CHAPTER 1:
I.
1. Test is an instrument/method/technique used to measure a language ability/performance/knowledge
in a given domain ( in terms of language: grammar, speaking, …/ specific skills/knowledge or overall
language proficiency)
- A well-constructed method to accurately measure a person’s ability, knowledge or performance In a
given domain
- Method: explicit and structured
- Performance: test-takers’ ability or competence
2. Measurement: a process quantifying a student’s observed performance
- Quantitative: using scores – assingning numbers (rankings + letter grades)

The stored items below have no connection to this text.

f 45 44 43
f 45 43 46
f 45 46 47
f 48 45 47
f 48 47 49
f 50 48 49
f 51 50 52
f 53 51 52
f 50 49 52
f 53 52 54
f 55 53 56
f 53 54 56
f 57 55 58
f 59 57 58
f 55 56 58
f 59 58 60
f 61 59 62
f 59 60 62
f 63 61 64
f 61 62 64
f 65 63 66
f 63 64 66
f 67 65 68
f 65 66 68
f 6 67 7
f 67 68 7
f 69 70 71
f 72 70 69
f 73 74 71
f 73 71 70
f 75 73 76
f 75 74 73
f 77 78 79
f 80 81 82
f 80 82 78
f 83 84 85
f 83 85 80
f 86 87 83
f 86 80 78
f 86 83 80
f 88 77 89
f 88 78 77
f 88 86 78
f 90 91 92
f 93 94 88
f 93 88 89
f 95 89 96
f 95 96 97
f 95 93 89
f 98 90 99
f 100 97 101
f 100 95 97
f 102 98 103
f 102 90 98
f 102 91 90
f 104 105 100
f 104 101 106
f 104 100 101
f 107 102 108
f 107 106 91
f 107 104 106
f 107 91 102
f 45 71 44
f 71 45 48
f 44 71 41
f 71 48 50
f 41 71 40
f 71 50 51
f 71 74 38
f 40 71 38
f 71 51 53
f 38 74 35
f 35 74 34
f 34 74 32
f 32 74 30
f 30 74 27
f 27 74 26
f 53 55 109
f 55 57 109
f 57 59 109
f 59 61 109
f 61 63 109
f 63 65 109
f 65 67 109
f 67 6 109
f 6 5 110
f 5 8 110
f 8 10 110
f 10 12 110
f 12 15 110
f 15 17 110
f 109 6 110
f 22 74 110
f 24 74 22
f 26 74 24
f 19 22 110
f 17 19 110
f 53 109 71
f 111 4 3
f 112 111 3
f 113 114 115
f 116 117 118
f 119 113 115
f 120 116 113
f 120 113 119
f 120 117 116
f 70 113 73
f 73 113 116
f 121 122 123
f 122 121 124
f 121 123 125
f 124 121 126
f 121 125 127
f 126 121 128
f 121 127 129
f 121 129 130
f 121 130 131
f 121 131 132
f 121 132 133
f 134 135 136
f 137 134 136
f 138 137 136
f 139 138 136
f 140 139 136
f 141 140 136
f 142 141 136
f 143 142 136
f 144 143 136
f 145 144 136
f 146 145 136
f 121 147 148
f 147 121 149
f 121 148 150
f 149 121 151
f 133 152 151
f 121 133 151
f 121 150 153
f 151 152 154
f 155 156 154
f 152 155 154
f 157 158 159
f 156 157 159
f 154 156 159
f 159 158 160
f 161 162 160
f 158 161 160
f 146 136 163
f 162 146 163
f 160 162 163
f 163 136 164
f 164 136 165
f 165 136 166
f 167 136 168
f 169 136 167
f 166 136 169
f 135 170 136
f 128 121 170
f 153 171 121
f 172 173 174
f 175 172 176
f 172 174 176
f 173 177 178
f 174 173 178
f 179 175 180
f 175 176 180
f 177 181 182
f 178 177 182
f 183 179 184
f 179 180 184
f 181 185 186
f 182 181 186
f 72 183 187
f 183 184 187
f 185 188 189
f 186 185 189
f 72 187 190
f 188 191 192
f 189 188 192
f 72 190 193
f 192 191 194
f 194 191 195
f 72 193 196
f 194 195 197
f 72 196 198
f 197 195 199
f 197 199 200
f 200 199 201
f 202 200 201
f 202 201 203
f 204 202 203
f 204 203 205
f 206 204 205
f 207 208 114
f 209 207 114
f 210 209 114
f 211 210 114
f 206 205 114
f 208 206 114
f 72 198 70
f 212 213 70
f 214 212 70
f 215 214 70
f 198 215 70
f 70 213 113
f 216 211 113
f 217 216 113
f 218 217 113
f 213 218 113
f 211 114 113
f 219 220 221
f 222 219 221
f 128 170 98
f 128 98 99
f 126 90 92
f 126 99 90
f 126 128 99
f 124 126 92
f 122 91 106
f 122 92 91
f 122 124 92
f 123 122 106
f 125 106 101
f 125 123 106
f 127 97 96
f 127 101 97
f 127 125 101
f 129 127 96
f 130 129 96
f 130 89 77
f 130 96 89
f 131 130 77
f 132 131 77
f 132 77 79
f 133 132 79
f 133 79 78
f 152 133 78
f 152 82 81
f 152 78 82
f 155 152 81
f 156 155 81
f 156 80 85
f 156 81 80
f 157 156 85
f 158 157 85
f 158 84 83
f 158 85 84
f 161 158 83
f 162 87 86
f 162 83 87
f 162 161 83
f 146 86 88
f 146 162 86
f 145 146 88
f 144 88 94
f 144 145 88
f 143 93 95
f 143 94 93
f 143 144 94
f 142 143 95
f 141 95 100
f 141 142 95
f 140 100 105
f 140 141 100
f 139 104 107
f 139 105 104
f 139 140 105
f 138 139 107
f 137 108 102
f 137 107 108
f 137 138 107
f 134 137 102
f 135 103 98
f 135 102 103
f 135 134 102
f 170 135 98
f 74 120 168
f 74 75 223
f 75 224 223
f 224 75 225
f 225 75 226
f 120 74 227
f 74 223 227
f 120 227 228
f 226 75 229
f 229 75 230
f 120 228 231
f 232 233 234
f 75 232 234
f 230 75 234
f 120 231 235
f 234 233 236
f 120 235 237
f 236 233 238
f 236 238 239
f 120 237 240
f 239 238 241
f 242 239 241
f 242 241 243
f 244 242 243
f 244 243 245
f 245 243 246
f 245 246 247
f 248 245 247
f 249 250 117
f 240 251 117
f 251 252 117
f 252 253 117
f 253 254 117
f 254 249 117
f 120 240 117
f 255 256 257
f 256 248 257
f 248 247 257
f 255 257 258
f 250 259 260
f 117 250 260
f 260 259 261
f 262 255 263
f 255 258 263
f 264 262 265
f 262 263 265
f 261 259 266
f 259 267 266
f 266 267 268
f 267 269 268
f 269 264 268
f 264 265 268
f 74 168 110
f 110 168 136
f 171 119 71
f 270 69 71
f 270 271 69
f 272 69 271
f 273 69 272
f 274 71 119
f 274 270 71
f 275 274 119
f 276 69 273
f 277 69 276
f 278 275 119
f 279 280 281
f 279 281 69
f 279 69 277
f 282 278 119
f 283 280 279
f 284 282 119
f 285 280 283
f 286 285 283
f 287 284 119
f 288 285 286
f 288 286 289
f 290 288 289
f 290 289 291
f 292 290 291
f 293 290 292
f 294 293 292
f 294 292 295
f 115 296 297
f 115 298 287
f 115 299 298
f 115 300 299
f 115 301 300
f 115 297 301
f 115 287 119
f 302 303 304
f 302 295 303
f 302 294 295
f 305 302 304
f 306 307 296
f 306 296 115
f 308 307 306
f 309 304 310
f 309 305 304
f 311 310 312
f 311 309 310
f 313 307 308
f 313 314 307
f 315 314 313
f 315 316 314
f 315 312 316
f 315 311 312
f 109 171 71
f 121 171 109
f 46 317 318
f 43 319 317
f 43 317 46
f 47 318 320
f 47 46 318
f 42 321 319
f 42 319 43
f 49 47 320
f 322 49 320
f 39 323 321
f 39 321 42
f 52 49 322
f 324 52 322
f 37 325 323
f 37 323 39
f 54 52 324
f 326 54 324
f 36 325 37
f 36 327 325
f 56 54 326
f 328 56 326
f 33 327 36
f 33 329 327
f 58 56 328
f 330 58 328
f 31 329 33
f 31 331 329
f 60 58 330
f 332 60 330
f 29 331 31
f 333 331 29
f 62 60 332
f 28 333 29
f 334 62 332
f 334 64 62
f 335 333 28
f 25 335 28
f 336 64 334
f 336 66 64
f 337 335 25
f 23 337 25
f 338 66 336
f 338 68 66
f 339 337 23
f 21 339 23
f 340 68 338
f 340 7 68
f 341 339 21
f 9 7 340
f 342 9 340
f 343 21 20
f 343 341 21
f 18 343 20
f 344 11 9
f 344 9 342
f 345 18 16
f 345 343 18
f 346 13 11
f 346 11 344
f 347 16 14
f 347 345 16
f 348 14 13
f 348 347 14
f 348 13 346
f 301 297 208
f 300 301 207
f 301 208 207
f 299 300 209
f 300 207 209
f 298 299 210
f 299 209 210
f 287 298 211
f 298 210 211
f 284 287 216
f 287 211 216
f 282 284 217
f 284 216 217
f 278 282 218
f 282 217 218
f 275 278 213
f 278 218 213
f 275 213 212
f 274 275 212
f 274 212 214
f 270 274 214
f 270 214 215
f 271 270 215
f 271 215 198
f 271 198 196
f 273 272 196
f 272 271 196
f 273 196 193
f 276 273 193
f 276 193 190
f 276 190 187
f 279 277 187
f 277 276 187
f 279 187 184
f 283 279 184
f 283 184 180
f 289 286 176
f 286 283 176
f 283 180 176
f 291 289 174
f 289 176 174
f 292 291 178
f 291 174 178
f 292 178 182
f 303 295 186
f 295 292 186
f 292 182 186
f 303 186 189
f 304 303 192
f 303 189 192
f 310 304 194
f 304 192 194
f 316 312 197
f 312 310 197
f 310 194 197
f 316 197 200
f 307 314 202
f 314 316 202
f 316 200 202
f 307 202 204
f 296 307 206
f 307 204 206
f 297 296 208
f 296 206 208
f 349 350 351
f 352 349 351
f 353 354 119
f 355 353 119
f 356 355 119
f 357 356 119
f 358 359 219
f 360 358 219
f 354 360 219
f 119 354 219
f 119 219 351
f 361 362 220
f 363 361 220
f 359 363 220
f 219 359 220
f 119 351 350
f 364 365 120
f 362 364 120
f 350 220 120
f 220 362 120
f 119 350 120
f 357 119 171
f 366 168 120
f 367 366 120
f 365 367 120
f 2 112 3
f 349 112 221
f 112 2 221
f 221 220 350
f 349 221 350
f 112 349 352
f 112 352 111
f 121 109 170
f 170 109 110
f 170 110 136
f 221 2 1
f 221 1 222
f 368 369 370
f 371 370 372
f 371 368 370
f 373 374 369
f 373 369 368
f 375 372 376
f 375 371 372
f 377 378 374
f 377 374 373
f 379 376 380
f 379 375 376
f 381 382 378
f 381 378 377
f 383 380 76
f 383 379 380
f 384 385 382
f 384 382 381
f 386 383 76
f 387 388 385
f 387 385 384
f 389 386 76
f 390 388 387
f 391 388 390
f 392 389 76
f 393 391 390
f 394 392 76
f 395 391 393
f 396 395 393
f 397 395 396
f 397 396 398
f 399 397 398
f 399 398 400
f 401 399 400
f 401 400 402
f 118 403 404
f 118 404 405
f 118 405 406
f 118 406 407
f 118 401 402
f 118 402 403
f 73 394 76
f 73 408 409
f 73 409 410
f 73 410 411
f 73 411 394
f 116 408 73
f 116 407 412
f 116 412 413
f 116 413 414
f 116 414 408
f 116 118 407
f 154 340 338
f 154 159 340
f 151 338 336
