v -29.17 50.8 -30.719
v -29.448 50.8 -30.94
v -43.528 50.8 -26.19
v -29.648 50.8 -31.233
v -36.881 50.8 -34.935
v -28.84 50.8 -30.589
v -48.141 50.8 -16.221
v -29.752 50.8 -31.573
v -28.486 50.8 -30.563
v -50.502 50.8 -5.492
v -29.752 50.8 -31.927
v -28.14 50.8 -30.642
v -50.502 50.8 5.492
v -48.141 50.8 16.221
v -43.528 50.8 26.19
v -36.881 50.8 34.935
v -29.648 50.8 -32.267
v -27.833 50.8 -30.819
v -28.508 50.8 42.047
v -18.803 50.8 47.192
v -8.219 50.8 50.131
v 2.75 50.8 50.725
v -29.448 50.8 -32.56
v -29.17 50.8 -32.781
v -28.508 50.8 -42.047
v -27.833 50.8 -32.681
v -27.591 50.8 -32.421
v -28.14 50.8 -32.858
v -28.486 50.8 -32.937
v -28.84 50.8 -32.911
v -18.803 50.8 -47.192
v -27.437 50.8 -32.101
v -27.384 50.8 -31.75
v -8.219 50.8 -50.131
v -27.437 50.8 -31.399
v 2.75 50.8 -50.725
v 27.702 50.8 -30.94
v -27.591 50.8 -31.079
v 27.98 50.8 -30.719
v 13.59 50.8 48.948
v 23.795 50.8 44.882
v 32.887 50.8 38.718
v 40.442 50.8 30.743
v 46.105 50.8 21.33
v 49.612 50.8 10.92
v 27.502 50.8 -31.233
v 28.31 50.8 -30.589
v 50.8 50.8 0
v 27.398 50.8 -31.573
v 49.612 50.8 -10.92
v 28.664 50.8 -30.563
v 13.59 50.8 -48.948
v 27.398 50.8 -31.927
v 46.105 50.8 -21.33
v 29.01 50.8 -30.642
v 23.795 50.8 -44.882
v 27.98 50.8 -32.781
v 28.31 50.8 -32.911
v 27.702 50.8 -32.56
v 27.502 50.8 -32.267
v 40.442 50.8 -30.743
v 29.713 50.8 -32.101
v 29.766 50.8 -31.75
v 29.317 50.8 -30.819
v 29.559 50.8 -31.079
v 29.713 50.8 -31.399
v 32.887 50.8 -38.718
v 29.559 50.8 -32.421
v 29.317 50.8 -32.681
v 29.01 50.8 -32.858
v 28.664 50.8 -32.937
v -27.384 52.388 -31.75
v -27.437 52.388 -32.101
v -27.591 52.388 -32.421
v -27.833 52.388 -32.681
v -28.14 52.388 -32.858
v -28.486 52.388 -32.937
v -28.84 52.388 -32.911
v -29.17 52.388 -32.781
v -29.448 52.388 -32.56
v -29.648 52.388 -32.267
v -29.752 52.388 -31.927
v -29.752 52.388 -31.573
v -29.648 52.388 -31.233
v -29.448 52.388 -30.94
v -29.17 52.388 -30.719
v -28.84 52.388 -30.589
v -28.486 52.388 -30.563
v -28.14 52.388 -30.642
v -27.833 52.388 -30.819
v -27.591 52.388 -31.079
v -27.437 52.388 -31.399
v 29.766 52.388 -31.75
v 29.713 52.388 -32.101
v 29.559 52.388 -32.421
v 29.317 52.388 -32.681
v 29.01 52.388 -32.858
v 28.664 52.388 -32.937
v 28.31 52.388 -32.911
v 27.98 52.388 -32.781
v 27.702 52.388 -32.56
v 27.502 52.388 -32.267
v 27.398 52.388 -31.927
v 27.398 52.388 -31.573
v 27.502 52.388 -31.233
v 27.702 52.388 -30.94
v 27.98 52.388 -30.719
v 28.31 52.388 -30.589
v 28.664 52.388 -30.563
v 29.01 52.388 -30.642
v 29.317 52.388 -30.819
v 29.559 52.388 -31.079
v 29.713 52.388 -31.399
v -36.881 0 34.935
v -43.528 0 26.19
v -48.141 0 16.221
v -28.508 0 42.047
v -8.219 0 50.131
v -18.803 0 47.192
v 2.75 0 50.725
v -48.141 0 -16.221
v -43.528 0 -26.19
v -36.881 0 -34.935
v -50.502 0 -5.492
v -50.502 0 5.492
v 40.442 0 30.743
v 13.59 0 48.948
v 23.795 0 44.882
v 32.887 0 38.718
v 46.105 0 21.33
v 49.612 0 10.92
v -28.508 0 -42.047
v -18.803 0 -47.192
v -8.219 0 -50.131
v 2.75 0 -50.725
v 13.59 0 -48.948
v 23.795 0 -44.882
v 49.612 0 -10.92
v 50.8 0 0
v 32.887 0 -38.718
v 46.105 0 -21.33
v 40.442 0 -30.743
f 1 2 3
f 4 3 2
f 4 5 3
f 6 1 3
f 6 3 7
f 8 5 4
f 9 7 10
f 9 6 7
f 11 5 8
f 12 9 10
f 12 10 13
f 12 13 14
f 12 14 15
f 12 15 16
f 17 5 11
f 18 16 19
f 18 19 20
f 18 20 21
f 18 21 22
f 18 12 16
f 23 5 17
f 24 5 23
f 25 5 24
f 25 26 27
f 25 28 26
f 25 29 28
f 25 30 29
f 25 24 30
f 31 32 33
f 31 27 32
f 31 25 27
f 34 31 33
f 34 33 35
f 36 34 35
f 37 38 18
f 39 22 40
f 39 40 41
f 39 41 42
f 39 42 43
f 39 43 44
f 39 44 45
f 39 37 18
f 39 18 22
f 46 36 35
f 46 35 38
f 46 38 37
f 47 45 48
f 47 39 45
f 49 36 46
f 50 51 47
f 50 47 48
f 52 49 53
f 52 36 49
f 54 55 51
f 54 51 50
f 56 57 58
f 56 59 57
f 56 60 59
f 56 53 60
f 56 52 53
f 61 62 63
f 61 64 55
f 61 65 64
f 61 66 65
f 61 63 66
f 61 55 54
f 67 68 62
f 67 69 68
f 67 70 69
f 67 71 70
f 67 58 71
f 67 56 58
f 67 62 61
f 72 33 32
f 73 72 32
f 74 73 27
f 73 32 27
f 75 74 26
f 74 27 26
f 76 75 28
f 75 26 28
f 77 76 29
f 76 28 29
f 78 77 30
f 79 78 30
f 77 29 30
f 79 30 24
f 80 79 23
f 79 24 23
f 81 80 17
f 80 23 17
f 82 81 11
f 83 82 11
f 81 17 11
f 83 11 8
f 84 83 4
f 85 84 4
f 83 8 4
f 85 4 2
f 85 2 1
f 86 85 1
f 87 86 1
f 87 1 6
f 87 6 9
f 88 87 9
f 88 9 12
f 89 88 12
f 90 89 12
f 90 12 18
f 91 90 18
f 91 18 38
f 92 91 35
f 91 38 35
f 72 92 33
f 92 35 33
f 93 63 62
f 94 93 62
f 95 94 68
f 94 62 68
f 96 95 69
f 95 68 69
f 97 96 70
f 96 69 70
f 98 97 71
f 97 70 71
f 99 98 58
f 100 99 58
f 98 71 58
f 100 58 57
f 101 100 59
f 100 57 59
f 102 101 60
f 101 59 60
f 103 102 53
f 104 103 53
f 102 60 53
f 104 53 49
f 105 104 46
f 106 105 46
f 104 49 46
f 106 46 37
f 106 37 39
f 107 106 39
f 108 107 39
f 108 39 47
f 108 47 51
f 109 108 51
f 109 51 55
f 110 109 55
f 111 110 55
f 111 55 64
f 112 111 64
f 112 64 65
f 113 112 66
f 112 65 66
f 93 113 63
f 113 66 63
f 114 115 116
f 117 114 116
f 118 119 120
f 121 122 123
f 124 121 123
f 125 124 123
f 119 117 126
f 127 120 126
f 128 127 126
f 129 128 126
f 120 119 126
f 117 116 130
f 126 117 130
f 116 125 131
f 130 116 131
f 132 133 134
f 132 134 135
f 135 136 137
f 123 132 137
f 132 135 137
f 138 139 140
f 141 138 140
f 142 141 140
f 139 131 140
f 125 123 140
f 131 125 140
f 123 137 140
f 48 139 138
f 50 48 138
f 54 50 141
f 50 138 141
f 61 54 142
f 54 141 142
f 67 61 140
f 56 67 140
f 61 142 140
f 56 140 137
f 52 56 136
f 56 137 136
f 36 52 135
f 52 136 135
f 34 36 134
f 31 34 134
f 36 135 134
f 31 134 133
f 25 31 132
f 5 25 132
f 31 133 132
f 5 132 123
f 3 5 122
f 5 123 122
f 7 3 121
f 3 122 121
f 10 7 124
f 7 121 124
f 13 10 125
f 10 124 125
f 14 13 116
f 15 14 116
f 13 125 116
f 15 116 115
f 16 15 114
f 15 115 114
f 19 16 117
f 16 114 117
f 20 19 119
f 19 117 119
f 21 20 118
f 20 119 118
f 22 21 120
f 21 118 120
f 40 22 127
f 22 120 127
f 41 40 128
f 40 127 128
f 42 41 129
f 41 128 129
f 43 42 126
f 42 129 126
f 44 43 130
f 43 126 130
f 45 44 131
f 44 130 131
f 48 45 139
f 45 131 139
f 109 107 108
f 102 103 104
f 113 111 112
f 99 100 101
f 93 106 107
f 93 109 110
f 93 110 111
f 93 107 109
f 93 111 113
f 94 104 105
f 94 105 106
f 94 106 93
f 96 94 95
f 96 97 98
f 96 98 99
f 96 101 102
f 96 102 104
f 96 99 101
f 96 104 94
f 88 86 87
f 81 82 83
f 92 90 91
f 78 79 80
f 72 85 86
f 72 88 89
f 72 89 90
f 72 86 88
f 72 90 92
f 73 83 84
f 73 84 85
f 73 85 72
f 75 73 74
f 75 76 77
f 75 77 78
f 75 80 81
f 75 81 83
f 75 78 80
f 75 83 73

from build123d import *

# Parameters (mm, degrees)
SKETCH1_R           = 50.8
BOSS_EXTRUDE1_DEPTH = 50.8
SKETCH3_R           = 1.190625
BOSS_EXTRUDE3_DEPTH = 1.588262


with BuildPart() as part:
    # Sketch1 → Boss-Extrude1 (new body)
    with BuildSketch(Plane(origin=(0, 0, 0), x_dir=(1, 0, 0), z_dir=(0, 1, 0))):
        Circle(SKETCH1_R)
    extrude(amount=BOSS_EXTRUDE1_DEPTH)

    # Sketch3 → Boss-Extrude3 (add)
    with BuildSketch(Plane(origin=(0, 50.8, 0), x_dir=(1, 0, 0), z_dir=(0, 1, 0))):
        with Locations((28.575, 31.75)):
            Circle(SKETCH3_R)
        with Locations((-28.575, 31.75)):
            Circle(SKETCH3_R)
    extrude(amount=BOSS_EXTRUDE3_DEPTH)


solid = part.part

- Qualitative: using written descriptions + oral feedback
3. Assessment: an on-going process of collecting information about a given performance, using systematic
or grounded procedures
- Intended or incidental; with(out) results
- Tests one technique/task/procedure a teacher uses to assess his/her students
4. Evaluation: using results of assessment instruments for decision making (judgement included)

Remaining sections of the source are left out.